Posted by Talbot Payne on January 20, 2023

Farmington Hills — Like the Kardashians on a budget, Nissan is a value brand with a taste for high fashion. Go to a Nissan dealership to buy a $25K Sentra loaded with standard goodies — auto high beams, adaptive cruise control, wireless Apple CarPlay/Android Auto — but be sure to wander over to the $45K Murano Platinum SUV and ogle its sculpted grille and quilted albino leather seats.

The brand’s new electric vehicle, the Ariya, is of the latter stylish persuasion.

Draped in bronze, my $45K tester should be strutting down a posh Paris runway, not an uneven Detroit street. Its lines are toned, sculpted. A blackened roof floats above its copper physique. Chic. Check out the shard-like spokes on the 19-inch wheels, also dipped in bronze. Like Mrs. Payne negotiating grated city streets in high heels, I’m careful I don’t stumble into a Michigan pothole.

Step inside and Nissan wants to whisk you away to a club lounge. The unique cabin evokes a five-piece furniture set: four leather seats around a table. The console moves with the touch of a button so that different body types (I’m tall, my wife a foot shorter) can adjust the furniture to best operate the automatic shifter. There’s even a drawer in the dash for storage.

Haptic-controlled, colored climate controls are set into the lush wood of the tabletop — er, dash. The landscape is interrupted by a single knob — for volume.

It took me back to my 2014 Detroit News Vehicle of the Year, the Cadillac CTS, that tried similar bleeding-edge e-controls. They were controversial and ultimately abandoned — but the Ariya advances the art with a light touch to activate. Not so the console buttons.

Located aft of the shifter, Drive Mode, Self-Park and e-Step selectors all require a deliberate push to engage. Nissan assumes you won’t be accessing them often — and it wants you to look at them, not casually punch at them as you might climate control.

The stylish console of the 2023 Nissan Ariya with cube-sized shifter and haptic button controls.

As for the blocky shifter, it’s the only raised item on the console face. Like a TV controller sitting on a side table, it makes the device go. This simple elegance sits under the most conventional feature in Ariya’s cockpit — a single screen that contains twin 12.3-inch instrument and infotainment displays familiar to other EVs like the Hyundai Ioniq 5 or BMW iX.

Ariya’s flowing architecture is distinctive. In the age of EVs, drivetrains are all similar. Same lithium ion battery, same electric motors, same instant torque. Smooth? Yes. Quiet? Yes, but how do you create brand separation?

That’s a challenge for BMW, whose silky-smooth inline-6 cylinder engines separated it from the proles. But with an e-motor making a Nissan as smooth as a Bimmer (uh-oh), the Bavarian brand has resorted to piping into the cabin wild electronic sounds to set it apart. Think hard rock guitar versus a Japanese flute.

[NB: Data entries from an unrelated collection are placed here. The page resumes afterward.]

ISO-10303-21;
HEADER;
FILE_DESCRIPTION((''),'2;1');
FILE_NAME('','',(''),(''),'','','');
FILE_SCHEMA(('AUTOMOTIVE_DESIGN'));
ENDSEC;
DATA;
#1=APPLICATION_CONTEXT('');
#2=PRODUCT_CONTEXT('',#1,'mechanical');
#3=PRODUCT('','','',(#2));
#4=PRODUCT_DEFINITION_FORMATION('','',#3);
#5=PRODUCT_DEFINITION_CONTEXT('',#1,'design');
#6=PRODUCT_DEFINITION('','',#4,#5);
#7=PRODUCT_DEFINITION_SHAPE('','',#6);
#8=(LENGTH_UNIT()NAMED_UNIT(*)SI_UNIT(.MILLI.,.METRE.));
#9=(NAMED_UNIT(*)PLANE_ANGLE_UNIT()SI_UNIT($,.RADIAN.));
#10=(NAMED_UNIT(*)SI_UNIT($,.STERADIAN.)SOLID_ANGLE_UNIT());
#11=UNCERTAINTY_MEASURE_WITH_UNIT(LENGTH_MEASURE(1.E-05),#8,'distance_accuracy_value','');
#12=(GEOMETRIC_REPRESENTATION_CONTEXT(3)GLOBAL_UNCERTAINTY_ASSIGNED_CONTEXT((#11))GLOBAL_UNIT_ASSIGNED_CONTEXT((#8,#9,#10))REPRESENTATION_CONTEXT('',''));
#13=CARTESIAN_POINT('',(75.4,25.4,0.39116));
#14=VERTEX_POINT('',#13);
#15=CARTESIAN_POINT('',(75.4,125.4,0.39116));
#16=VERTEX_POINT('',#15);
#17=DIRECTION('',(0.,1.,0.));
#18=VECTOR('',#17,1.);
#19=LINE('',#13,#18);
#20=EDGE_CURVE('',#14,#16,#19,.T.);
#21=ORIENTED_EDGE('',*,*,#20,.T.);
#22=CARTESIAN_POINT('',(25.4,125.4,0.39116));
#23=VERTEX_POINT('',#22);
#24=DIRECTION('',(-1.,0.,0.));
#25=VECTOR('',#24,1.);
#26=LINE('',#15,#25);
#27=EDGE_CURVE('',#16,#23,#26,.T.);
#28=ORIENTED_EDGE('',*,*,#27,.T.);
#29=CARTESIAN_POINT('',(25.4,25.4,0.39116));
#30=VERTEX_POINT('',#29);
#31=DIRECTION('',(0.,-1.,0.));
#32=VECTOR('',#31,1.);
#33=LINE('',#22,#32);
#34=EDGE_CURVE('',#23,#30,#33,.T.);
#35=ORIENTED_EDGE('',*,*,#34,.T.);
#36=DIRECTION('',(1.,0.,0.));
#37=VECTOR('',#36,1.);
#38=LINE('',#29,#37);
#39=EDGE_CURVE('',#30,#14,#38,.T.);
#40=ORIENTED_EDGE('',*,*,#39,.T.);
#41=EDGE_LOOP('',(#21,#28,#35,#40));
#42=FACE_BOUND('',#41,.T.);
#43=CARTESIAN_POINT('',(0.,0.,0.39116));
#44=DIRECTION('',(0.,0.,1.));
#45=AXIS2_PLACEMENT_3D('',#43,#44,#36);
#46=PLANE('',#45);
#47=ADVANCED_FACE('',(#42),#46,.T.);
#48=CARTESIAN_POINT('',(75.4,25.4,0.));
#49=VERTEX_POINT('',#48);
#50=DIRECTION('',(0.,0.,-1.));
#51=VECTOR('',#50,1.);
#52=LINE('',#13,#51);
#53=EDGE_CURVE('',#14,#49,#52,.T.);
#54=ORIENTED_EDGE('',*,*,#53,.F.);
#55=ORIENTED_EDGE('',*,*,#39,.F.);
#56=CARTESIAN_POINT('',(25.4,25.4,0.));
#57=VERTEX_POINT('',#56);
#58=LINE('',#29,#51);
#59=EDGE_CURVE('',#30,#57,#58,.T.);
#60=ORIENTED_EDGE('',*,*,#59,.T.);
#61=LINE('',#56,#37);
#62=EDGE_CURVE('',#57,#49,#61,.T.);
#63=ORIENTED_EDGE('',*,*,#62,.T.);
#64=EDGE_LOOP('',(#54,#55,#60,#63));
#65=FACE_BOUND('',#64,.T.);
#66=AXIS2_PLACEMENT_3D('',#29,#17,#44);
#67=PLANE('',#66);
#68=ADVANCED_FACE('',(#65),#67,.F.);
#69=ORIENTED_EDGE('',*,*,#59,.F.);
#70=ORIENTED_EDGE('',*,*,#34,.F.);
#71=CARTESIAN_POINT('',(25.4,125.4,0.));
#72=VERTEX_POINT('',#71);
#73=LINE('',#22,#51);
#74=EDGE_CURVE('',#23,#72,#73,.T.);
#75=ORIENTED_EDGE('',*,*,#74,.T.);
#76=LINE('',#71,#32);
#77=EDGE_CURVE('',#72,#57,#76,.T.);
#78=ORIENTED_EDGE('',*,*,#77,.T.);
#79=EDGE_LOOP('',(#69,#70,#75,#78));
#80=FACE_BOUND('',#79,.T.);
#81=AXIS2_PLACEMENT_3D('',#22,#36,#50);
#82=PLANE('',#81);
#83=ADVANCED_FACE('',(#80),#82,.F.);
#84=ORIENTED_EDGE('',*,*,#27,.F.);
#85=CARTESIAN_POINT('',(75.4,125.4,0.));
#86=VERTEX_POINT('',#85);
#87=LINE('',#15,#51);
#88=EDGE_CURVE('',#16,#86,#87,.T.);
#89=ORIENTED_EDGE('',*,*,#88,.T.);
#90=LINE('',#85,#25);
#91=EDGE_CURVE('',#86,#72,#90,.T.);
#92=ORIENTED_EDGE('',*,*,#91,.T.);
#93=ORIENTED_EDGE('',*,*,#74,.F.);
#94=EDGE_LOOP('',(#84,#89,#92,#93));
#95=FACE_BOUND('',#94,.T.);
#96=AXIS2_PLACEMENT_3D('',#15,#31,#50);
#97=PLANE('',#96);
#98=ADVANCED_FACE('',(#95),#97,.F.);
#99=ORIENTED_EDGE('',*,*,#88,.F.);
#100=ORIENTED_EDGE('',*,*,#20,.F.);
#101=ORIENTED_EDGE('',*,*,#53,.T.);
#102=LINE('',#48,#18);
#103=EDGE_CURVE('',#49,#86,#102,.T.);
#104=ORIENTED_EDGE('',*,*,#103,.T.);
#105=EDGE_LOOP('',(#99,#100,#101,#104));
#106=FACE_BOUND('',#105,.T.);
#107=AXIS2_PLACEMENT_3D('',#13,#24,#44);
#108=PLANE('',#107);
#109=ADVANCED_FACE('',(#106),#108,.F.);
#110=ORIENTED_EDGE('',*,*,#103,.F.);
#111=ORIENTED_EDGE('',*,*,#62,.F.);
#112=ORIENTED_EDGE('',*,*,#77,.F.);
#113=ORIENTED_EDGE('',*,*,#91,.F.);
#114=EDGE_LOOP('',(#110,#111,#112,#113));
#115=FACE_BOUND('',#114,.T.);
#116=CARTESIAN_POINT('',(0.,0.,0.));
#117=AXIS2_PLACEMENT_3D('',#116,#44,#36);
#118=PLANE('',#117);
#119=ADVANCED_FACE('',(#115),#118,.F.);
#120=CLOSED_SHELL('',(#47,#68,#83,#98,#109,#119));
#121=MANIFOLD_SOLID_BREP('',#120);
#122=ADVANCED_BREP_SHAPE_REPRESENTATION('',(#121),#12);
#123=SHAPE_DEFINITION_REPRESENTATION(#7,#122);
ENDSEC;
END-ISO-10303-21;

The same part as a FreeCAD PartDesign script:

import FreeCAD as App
import Part
import Sketcher
from FreeCAD import Vector
Q = App.Units.Quantity


def add_polygon(sketch, points):
    """Adds a closed chain of lines whose ends are joined by coincident constraints."""
    first, n = sketch.GeometryCount, len(points)
    for a, b in zip(points, points[1:] + points[:1]):
        sketch.addGeometry(Part.LineSegment(App.Vector(*a, 0), App.Vector(*b, 0)), False)
    for i in range(n):
        sketch.addConstraint(Sketcher.Constraint("Coincident", first + i, 2, first + (i + 1) % n, 1))

doc = App.newDocument("Part")
body = doc.addObject("PartDesign::Body", "Body")

# Sketch on XY plane
sketch1 = doc.addObject("Sketcher::SketchObject", "Sketch")
body.addObject(sketch1)
sketch1.AttachmentSupport = (doc.XY_Plane, [""])
sketch1.MapMode = "FlatFace"
add_polygon(sketch1, [(25.4, 125.4), (25.4, 25.4), (75.4, 25.4), (75.4, 125.4)])  # lines 0-3
sketch1.addConstraint(Sketcher.Constraint("Vertical", 0))
sketch1.addConstraint(Sketcher.Constraint("Horizontal", 1))
sketch1.addConstraint(Sketcher.Constraint("Vertical", 2))
sketch1.addConstraint(Sketcher.Constraint("Horizontal", 3))
sketch1.addConstraint(Sketcher.Constraint("DistanceX", 1, 1, 1, 2, Q("50 mm")))
sketch1.addConstraint(Sketcher.Constraint("DistanceY", 0, 2, 0, 1, Q("100 mm")))
sketch1.addConstraint(Sketcher.Constraint("DistanceX", -1, 1, 0, 2, Q("25.4 mm")))
sketch1.addConstraint(Sketcher.Constraint("DistanceY", -1, 1, 0, 2, Q("25.4 mm")))
pad1 = doc.addObject("PartDesign::Pad", "Pad")
body.addObject(pad1)
pad1.Profile = sketch1
pad1.Length = 0.39116

doc.recompute()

The copper, shard-like wheels of the 2023 Nissan Ariya complement the car's copper skin.

For Nissan, the serene EV experience is the whole point. As is the exterior — a much more pleasing symphony of lines compared to Bimmer’s in-your-face kidney grille. Ariya’s serenity dovetails with the exterior’s smooth, soaring lines and the interior’s comfortable furniture.

I put my foot into the Ariya through Oakland County’s lake country, but this isn’t a vehicle that wants to be flogged. It’s a warmblood horse aimed at the dressage competition, not a thoroughbred vying for the Kentucky Derby crown.

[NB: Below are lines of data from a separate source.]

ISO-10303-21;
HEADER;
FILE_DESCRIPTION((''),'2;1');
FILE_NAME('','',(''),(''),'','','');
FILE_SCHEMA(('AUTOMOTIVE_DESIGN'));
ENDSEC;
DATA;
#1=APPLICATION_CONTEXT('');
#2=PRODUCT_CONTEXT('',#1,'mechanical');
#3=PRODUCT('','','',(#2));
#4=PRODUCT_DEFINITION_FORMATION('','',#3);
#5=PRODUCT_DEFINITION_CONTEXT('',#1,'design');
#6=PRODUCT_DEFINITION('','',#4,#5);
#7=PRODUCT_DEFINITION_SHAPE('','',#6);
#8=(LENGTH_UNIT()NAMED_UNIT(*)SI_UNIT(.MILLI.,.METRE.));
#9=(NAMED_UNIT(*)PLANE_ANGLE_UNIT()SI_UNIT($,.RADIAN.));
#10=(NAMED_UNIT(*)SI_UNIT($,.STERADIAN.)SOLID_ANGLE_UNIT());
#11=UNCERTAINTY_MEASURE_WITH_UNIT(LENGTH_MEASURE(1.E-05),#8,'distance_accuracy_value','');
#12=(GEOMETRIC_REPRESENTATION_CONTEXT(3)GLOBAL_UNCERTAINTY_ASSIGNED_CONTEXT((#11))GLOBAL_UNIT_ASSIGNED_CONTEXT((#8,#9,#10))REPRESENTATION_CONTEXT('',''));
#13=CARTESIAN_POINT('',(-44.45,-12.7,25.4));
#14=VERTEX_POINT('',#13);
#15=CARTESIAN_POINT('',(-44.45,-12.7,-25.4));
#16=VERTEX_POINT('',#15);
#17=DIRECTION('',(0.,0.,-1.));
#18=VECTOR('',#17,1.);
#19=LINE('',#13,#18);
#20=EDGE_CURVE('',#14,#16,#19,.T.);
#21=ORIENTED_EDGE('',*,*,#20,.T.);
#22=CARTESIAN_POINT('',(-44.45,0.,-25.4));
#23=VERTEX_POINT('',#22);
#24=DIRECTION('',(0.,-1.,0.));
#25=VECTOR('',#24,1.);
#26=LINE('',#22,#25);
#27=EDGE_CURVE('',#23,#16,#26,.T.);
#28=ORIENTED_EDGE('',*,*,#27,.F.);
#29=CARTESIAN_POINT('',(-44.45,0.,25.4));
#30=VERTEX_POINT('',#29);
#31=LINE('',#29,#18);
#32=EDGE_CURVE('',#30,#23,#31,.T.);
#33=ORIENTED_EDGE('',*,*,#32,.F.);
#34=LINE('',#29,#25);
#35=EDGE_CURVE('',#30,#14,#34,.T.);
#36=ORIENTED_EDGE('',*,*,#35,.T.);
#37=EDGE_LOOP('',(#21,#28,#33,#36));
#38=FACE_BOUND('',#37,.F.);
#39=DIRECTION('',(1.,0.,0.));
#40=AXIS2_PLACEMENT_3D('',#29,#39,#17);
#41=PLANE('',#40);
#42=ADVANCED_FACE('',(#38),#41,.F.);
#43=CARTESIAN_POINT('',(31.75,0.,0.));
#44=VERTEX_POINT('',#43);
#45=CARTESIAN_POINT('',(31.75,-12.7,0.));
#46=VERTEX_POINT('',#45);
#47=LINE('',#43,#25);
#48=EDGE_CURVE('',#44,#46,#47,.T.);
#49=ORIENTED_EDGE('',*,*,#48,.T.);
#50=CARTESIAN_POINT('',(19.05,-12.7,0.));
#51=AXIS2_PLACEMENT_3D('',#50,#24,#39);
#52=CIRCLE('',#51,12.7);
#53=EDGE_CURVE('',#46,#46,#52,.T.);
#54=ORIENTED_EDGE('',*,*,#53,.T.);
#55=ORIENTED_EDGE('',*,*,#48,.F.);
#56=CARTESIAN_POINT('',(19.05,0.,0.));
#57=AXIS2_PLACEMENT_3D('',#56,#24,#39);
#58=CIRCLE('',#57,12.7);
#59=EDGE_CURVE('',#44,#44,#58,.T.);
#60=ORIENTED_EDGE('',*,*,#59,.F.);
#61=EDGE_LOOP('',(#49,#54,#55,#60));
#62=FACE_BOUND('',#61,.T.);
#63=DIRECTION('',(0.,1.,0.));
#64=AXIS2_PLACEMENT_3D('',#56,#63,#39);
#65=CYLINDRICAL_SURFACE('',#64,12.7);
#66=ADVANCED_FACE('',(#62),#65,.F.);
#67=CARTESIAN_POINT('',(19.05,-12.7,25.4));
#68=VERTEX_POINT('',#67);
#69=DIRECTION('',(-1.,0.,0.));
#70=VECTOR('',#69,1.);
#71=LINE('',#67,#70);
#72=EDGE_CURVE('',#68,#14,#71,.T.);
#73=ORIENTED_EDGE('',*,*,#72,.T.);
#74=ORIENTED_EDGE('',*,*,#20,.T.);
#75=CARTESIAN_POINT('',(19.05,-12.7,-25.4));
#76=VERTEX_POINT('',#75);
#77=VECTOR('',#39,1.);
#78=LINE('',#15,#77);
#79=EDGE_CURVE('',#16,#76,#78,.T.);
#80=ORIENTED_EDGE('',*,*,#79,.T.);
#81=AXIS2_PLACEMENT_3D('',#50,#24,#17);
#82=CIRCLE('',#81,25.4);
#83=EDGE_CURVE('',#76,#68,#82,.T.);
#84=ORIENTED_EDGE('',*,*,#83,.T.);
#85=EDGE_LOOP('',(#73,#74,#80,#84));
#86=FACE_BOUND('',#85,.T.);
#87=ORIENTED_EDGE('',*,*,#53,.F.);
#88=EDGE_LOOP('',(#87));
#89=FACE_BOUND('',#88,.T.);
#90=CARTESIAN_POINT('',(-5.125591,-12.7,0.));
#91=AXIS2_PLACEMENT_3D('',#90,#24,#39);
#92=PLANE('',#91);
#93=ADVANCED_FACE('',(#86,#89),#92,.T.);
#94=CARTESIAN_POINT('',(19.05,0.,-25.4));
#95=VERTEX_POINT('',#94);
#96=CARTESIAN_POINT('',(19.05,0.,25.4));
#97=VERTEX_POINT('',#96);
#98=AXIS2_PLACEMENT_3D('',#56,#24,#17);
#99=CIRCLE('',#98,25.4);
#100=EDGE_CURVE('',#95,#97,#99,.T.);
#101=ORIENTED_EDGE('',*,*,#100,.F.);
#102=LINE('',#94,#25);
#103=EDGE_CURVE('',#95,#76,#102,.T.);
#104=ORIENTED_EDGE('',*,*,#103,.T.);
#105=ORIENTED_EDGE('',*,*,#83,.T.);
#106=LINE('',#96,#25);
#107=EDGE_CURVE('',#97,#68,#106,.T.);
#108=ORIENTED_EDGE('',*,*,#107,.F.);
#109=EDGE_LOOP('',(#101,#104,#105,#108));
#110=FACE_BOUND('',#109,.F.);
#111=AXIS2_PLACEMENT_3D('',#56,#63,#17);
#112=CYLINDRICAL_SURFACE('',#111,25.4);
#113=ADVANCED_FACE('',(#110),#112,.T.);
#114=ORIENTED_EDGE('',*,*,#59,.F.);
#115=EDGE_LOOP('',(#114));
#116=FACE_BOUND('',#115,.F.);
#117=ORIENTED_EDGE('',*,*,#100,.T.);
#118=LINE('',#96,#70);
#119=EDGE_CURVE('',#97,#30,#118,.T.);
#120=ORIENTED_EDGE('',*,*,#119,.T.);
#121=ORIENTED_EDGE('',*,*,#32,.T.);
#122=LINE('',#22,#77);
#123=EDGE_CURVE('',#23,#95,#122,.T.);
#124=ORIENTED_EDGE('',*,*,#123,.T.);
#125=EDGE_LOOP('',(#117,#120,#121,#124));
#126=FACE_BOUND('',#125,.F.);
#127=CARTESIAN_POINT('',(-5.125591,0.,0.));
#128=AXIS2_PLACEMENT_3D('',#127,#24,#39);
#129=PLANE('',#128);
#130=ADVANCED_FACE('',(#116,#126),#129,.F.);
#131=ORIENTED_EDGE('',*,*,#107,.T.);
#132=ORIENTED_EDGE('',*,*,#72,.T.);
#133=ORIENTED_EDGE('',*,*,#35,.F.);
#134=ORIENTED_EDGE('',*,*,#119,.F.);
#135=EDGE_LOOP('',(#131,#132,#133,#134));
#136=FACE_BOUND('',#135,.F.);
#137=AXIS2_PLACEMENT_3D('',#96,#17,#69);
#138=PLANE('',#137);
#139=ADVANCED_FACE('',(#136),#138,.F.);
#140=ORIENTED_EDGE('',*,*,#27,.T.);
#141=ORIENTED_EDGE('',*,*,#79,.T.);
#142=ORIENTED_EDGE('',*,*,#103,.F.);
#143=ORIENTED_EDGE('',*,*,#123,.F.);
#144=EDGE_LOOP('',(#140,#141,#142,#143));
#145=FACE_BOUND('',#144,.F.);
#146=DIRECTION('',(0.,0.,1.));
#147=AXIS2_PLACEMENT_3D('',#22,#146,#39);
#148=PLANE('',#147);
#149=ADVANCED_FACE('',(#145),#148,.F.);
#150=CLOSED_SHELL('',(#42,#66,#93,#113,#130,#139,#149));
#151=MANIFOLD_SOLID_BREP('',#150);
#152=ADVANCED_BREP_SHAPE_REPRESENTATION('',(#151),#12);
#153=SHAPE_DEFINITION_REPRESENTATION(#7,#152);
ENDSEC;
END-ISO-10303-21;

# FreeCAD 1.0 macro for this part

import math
import FreeCAD as App
import Part
import Sketcher
Q = App.Units.Quantity

doc = App.newDocument("Part")
body = doc.addObject("PartDesign::Body", "Body")

# Sketch on XZ plane
sketch1 = doc.addObject("Sketcher::SketchObject", "Sketch")
body.addObject(sketch1)
sketch1.AttachmentSupport = (doc.XZ_Plane, [""])
sketch1.MapMode = "FlatFace"
sketch1.addGeometry([
    Part.ArcOfCircle(Part.Circle(App.Vector(19, 0, 0), App.Vector(0, 0, 1), 25), math.radians(-90), math.radians(90)),  # 0
    Part.LineSegment(App.Vector(19, 25, 0), App.Vector(-44, 25, 0)),  # 1
    Part.LineSegment(App.Vector(-44, 25, 0), App.Vector(-44, -25, 0)),  # 2
    Part.LineSegment(App.Vector(-44, -25, 0), App.Vector(19, -25, 0)),  # 3
    Part.Circle(App.Vector(19, 0, 0), App.Vector(0, 0, 1), 13),  # 4
], False)
sketch1.addConstraint([
    Sketcher.Constraint("Tangent", 0, 2, 1, 1),
    Sketcher.Constraint("Coincident", 1, 2, 2, 1),
    Sketcher.Constraint("Coincident", 2, 2, 3, 1),
    Sketcher.Constraint("Tangent", 3, 2, 0, 1),
    Sketcher.Constraint("Horizontal", 1),
    Sketcher.Constraint("Vertical", 2),
    Sketcher.Constraint("Horizontal", 3),
    Sketcher.Constraint("Coincident", 4, 3, 0, 3),
    Sketcher.Constraint("PointOnObject", 0, 3, -1),
    Sketcher.Constraint("Diameter", 4, Q("1 in")),
    Sketcher.Constraint("Radius", 0, Q("1 in")),
    Sketcher.Constraint("DistanceX", 1, 2, 1, 1, Q("2.5 in")),
    Sketcher.Constraint("DistanceX", -1, 1, 0, 3, Q("0.75 in")),
])
pad1 = doc.addObject("PartDesign::Pad", "Pad")
body.addObject(pad1)
pad1.Profile = sketch1
pad1.Length = Q("0.5 in")

doc.recompute()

To this end, Ariya is technically proficient, performing its duties with poise. Cruising a crowded parking lot for a space, I pressed the SELF-PARK button for perpendicular parking. An arrow pointed at an open space as I passed. I stopped the car, put it in reverse and Ariya did the rest. Unlike competitors, however, Ariya won’t extract itself from the space — either perpendicular or parallel.

The instrument indicator shows the charge times required of the 2023 Nissan Ariya.

More comprehensive is Ariya’s self-driving ambition.

So nerdy is Nissan about this sci-fi stuff that it debuted an ad campaign touting its semi-autonomous moves along with the launch of Rogue One, the Star Wars prequel. But Rogue’s adaptive cruise system was a novice compared to Ariya’s semi-autonomous Skywalker.

Cruising along I-696, I toggled adaptive cruise and a green wheel appeared. After a few miles that changed to a blue wheel — the symbol of hands-free driving as I’ve grown used to with my Tesla Model 3’s Autopilot. While Tesla requires torque on the wheel so the system knows you’re present, the Nissan only needs a touch. As a result, the car is easy to self-drive for miles.

My brief time in the Ariya around Metro Detroit didn’t offer me the chance to see how routinely I can access the Blue Wheel mode — but I’ll do a more comprehensive road trip in the future.

A longer road trip will also allow me the chance to explore Nissan’s trip navigation software. Presently, Tesla is miles ahead of the industry with its dedicated charger network and parallel navigation system. Other automakers — Ford, for example — have been making strides in integrating their navigation systems with third-party networks from Electrify America, EVgo and Shell

I asked Ariya to navigate to, say, Charlevoix, Michigan (a common Payne family destination), and the system only responded with a direct route devoid of chargers. Ariya apparently assumes you’ll plan a route using a phone app. That won’t impress cross-shoppers with the Ford Mustang Mach-E or Tesla Model Y.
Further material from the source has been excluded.